Why Did Waksman Not Pursue the Streptomycin Antibiotic?

What did Waksman lack to pursue the streptomycin antibiotic sooner? Enough independent funding? Alertness? Enough desire to make a ding in the universe? Enough unhappiness about unnecessary death? Willingness to embrace the hard work of embracing dissonant facts?

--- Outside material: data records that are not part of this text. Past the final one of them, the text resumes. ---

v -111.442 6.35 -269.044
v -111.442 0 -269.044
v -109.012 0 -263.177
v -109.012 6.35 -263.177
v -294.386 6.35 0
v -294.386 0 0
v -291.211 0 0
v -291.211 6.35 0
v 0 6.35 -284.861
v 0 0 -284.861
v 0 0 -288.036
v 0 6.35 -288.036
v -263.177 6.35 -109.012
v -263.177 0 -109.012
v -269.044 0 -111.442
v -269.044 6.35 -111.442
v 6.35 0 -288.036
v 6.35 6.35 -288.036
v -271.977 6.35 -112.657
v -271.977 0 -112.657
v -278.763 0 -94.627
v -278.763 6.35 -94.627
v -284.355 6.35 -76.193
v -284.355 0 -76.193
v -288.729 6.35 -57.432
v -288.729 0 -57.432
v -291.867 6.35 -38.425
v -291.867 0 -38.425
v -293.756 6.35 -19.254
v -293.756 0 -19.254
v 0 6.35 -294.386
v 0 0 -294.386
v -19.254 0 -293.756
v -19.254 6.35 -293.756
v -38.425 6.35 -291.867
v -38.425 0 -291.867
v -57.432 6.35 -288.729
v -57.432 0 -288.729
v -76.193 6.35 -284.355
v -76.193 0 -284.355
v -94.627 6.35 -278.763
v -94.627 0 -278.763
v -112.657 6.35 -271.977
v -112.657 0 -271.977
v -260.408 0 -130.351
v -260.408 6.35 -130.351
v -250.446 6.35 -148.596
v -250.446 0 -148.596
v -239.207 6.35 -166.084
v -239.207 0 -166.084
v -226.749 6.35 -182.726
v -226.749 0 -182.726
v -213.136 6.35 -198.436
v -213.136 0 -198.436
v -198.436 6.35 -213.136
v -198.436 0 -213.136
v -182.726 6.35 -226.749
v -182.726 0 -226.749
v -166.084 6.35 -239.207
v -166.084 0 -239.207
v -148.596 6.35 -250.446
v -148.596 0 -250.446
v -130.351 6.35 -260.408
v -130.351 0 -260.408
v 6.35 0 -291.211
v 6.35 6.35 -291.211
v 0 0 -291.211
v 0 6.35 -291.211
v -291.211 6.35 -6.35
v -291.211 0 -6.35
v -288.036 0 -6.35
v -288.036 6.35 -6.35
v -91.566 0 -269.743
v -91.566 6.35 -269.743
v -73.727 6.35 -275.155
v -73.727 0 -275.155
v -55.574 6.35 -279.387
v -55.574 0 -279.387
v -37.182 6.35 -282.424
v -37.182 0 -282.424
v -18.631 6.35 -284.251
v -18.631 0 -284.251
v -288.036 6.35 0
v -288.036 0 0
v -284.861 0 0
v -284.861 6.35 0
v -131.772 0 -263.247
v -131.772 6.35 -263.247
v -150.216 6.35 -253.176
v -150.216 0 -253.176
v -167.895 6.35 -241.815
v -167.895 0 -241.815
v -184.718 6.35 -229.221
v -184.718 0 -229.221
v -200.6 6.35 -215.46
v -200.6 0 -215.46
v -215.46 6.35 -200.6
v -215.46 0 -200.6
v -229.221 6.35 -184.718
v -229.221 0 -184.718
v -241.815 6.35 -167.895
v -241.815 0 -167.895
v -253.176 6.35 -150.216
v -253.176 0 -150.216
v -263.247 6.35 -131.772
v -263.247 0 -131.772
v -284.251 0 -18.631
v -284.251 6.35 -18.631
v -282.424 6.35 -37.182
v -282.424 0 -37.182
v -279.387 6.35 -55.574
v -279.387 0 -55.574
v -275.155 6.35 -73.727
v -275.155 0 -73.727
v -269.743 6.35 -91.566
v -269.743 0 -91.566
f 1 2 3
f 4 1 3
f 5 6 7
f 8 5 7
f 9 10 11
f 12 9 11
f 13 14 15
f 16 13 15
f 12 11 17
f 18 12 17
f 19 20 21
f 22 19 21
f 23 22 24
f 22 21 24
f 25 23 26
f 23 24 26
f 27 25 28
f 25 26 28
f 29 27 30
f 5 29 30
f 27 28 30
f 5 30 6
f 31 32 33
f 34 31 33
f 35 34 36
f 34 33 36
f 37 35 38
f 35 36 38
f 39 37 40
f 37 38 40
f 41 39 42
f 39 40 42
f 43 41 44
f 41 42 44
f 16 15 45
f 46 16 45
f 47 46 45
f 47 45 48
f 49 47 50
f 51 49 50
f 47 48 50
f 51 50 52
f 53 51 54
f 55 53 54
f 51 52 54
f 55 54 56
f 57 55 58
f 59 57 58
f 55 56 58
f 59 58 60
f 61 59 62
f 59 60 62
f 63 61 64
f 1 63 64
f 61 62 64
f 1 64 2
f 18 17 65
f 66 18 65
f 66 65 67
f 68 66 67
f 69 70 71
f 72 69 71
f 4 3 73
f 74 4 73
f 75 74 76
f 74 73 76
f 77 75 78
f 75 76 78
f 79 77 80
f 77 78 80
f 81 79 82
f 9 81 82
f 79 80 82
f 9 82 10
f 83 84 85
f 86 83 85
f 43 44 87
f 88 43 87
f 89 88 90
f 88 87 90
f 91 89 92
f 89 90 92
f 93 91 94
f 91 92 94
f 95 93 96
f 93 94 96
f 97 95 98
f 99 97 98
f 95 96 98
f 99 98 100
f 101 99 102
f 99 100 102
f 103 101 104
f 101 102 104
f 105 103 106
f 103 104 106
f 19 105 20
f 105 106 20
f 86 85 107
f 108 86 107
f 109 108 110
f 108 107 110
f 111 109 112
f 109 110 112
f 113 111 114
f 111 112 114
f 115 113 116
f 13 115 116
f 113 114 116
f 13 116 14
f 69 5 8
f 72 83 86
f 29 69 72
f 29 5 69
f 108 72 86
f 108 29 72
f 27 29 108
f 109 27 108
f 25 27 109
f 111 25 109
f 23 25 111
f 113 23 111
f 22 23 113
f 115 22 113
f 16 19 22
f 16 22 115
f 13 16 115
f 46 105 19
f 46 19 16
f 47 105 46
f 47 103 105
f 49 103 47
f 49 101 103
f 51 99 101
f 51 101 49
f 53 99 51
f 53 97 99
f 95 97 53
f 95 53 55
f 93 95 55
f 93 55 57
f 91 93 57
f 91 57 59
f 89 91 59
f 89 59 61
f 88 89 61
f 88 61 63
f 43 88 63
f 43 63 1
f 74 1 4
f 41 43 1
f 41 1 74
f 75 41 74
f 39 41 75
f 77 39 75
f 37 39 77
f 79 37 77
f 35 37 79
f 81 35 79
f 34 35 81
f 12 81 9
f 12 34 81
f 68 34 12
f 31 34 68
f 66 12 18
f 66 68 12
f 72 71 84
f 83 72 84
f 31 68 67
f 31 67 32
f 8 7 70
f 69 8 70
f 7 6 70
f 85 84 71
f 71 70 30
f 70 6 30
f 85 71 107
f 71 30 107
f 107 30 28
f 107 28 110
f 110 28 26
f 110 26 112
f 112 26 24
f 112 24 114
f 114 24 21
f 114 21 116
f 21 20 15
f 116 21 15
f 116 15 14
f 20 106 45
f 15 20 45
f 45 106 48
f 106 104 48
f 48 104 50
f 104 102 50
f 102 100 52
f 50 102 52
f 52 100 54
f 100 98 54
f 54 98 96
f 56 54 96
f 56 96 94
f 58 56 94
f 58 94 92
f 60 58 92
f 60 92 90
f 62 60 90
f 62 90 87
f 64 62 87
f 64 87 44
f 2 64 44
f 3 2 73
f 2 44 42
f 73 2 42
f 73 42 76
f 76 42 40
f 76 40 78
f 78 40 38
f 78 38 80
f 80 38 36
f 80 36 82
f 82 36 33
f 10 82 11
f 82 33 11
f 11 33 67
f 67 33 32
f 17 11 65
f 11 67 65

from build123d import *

# Parameters (mm, degrees)
BOSS_EXTRUDE1_DEPTH = 6.35


with BuildPart() as part:
    # Sketch1 → Boss-Extrude1 (new body)
    with BuildSketch(Plane(origin=(0, 0, 0), x_dir=(1, 0, 0), z_dir=(0, 1, 0))):
        with BuildLine():
            ThreePointArc((-109.011585227, 263.177247511), (-55.57362422, 279.387475761), (0, 284.861))
            Line((0, 284.861), (0, 288.036))
            Line((0, 288.036), (6.35, 288.036))
            Line((6.35, 288.036), (6.35, 291.211))
            Line((6.35, 291.211), (0, 291.211))
            Line((0, 291.211), (0, 294.386))
            ThreePointArc((0, 294.386), (-57.431859537, 288.729455557), (-112.65664492, 271.977200058))
            Line((-112.65664492, 271.977200058), (-111.441625022, 269.043882542))
            Line((-111.441625022, 269.043882542), (-109.011585227, 263.177247511))
        make_face()
        with BuildLine():
            ThreePointArc((-269.043882542, 111.441625022), (-205.917272856, 205.917272856), (-111.441625022, 269.043882542))
            Line((-111.441625022, 269.043882542), (-112.65664492, 271.977200058))
            ThreePointArc((-112.65664492, 271.977200058), (-208.162336886, 208.162336886), (-271.977200058, 112.65664492))
            Line((-271.977200058, 112.65664492), (-269.043882542, 111.441625022))
        make_face()
        with BuildLine():
            Line((-263.177247511, 109.011585227), (-269.043882542, 111.441625022))
            Line((-269.043882542, 111.441625022), (-271.977200058, 112.65664492))
            ThreePointArc((-271.977200058, 112.65664492), (-288.729455557, 57.431859537), (-294.386, 0))
            Line((-294.386, 0), (-291.211, 0))
            Line((-291.211, 0), (-291.211, 6.35))
            Line((-291.211, 6.35), (-288.036, 6.35))
            Line((-288.036, 6.35), (-288.036, 0))
            Line((-288.036, 0), (-284.861, 0))
            ThreePointArc((-284.861, 0), (-279.387475761, 55.57362422), (-263.177247511, 109.011585227))
        make_face()
    extrude(amount=BOSS_EXTRUDE1_DEPTH)


solid = part.part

(p. 83) Waksman missed several opportunities to make the great discovery earlier in his career, but his single-mindedness did not allow for, in Salvador Luria’s phrase, “the chance observation falling on the receptive eye.” In 1975 Waksman recalled that he first brushed past an antibiotic as early as 1923 when he observed that “certain actinomycetes produce substances toxic to bacteria” since it can be noted at times that “around an actinomycetes colony upon a plate a zone is formed free from fungous and bacterial growth.” In 1935 Chester Rhines, a graduate student of Waksman’s, noticed that tubercle bacilli would not grow in the presence of a soil organism, but Waksman did not think that this lead was worth pursuing: “In the scientific climate of the time, the result did not suggest any practical application for treatment of tuberculosis.” The same year, Waksman’s friend Fred Beau-dette, the poultry pathologist at Rutgers, brought him an agar tube with a culture of tubercle bacilli killed by a contaminant fungus growing on top of them. Again, Waksman was not interested: “I was not moved to jump to the logical conclusion and direct my efforts accordingly…. My major interest at that time was the subject of organic matter decomposition and the interrelationships among soil micro-organisms responsible for this process.”

Source:
Meyers, Morton A. Happy Accidents: Serendipity in Modern Medical Breakthroughs. New York: Arcade Publishing, 2007.